ASSIGNED TASK: Beneath this instruction is a listing; print exactly the lines in it starting at the line that contains "Circle(SKETCH15_R)" and going through the line that contains "FreeCAD Python script".
===== DATASET CONTENT
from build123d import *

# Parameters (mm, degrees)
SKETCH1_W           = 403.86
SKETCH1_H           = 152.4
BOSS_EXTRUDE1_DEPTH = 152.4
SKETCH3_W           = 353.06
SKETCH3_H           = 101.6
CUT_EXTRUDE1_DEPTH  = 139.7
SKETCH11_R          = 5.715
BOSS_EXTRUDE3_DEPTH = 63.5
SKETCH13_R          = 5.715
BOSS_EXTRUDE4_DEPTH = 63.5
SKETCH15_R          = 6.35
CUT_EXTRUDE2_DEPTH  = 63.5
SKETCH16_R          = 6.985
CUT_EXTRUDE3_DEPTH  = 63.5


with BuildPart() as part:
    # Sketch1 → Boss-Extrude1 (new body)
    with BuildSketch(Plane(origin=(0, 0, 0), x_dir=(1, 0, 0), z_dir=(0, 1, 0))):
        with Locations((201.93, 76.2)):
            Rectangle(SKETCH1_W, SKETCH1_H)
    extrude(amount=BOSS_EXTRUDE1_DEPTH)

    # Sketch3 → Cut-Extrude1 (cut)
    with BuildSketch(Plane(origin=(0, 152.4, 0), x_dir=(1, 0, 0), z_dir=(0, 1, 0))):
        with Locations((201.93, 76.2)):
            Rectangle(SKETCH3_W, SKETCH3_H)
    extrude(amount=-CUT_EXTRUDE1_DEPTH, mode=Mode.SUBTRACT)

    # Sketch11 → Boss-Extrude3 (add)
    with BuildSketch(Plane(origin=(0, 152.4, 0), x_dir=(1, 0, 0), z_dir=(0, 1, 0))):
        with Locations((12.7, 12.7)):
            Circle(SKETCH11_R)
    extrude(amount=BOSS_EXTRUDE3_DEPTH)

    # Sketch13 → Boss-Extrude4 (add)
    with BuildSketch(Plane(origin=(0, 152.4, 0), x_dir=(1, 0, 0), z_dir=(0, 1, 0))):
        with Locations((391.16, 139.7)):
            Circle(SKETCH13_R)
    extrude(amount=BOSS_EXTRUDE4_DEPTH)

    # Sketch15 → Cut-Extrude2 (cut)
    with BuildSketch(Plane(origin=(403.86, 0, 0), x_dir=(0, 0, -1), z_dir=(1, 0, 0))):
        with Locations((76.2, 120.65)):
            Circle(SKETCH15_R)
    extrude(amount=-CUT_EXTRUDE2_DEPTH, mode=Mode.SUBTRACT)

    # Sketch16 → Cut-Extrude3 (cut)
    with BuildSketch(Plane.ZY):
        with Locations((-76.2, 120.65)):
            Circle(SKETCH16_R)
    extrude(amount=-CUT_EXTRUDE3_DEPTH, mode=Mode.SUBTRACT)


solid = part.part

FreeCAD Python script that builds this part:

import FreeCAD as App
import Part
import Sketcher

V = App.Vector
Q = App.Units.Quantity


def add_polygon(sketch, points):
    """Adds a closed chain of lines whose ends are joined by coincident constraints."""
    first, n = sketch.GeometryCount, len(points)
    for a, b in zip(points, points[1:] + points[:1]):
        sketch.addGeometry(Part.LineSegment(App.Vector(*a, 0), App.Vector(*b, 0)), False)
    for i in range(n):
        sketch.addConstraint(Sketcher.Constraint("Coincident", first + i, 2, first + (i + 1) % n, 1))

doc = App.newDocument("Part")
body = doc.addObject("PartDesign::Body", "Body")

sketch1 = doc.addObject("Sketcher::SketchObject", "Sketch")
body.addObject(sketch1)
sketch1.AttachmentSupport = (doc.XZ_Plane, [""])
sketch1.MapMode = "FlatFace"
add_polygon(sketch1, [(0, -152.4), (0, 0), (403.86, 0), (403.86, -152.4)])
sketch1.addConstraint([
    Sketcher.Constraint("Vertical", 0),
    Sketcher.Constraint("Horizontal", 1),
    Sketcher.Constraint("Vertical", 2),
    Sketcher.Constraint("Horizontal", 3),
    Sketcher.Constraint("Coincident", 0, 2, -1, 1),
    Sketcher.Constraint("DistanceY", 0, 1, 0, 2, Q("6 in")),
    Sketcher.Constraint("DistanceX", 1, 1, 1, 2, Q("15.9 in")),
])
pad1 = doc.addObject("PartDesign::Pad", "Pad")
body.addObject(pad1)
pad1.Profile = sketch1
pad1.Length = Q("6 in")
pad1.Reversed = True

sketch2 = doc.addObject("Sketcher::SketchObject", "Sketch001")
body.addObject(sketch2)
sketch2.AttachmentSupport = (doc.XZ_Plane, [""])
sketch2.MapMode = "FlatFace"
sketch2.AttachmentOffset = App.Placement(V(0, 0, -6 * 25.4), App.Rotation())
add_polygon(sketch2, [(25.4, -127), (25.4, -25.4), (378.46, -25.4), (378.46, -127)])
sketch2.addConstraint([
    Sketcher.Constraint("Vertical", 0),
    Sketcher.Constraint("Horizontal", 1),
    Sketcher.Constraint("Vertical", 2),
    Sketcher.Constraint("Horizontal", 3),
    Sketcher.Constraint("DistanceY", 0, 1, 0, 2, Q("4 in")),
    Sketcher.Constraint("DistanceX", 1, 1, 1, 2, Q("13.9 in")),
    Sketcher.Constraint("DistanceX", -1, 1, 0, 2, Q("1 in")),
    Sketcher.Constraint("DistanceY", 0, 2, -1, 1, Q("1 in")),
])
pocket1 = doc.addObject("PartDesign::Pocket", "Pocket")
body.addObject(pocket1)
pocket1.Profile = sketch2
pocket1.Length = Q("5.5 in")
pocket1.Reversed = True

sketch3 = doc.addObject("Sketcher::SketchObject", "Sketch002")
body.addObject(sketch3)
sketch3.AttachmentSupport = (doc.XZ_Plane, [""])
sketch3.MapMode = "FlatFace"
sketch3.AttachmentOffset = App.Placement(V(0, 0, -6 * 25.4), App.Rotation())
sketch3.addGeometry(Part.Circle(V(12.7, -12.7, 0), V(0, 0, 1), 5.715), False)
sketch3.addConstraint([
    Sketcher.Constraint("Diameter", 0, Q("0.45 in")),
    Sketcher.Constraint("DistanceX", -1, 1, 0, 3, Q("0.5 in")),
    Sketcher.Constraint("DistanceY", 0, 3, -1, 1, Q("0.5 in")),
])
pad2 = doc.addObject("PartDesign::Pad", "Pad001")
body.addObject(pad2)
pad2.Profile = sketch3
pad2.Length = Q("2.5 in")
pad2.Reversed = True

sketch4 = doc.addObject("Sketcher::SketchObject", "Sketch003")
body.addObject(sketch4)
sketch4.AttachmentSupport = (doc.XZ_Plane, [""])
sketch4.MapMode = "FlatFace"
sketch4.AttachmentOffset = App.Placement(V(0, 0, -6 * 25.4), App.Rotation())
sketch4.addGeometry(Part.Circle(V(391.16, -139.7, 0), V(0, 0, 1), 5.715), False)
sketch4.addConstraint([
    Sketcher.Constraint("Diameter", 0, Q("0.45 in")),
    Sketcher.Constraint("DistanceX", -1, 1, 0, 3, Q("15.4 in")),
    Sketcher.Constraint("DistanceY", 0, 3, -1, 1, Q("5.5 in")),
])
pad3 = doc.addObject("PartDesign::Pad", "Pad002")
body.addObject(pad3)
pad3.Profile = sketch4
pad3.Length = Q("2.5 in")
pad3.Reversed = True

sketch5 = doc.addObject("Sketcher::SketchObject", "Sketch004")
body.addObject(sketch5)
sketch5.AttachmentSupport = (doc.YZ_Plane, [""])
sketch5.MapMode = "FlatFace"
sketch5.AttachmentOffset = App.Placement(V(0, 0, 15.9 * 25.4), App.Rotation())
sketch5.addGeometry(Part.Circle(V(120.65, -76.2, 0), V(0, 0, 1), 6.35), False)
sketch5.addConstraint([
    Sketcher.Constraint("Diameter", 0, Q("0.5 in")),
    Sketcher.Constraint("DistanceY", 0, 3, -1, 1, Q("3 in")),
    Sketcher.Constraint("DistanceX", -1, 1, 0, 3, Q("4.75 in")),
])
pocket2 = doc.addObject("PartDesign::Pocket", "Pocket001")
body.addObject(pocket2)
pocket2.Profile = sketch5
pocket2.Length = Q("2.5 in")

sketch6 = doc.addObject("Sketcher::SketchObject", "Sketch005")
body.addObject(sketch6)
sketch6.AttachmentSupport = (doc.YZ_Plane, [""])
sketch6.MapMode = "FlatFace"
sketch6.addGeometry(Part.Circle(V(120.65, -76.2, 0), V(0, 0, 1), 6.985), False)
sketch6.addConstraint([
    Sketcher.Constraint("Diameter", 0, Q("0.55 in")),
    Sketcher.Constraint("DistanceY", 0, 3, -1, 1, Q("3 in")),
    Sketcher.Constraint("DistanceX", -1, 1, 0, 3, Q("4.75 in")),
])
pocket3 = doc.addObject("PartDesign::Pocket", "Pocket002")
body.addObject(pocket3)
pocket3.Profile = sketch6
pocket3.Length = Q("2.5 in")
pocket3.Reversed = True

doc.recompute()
==========
OUTPUT OF THE EXERCISE:
            Circle(SKETCH15_R)
    extrude(amount=-CUT_EXTRUDE2_DEPTH, mode=Mode.SUBTRACT)

    # Sketch16 → Cut-Extrude3 (cut)
    with BuildSketch(Plane.ZY):
        with Locations((-76.2, 120.65)):
            Circle(SKETCH16_R)
    extrude(amount=-CUT_EXTRUDE3_DEPTH, mode=Mode.SUBTRACT)


solid = part.part

FreeCAD Python script that builds this part:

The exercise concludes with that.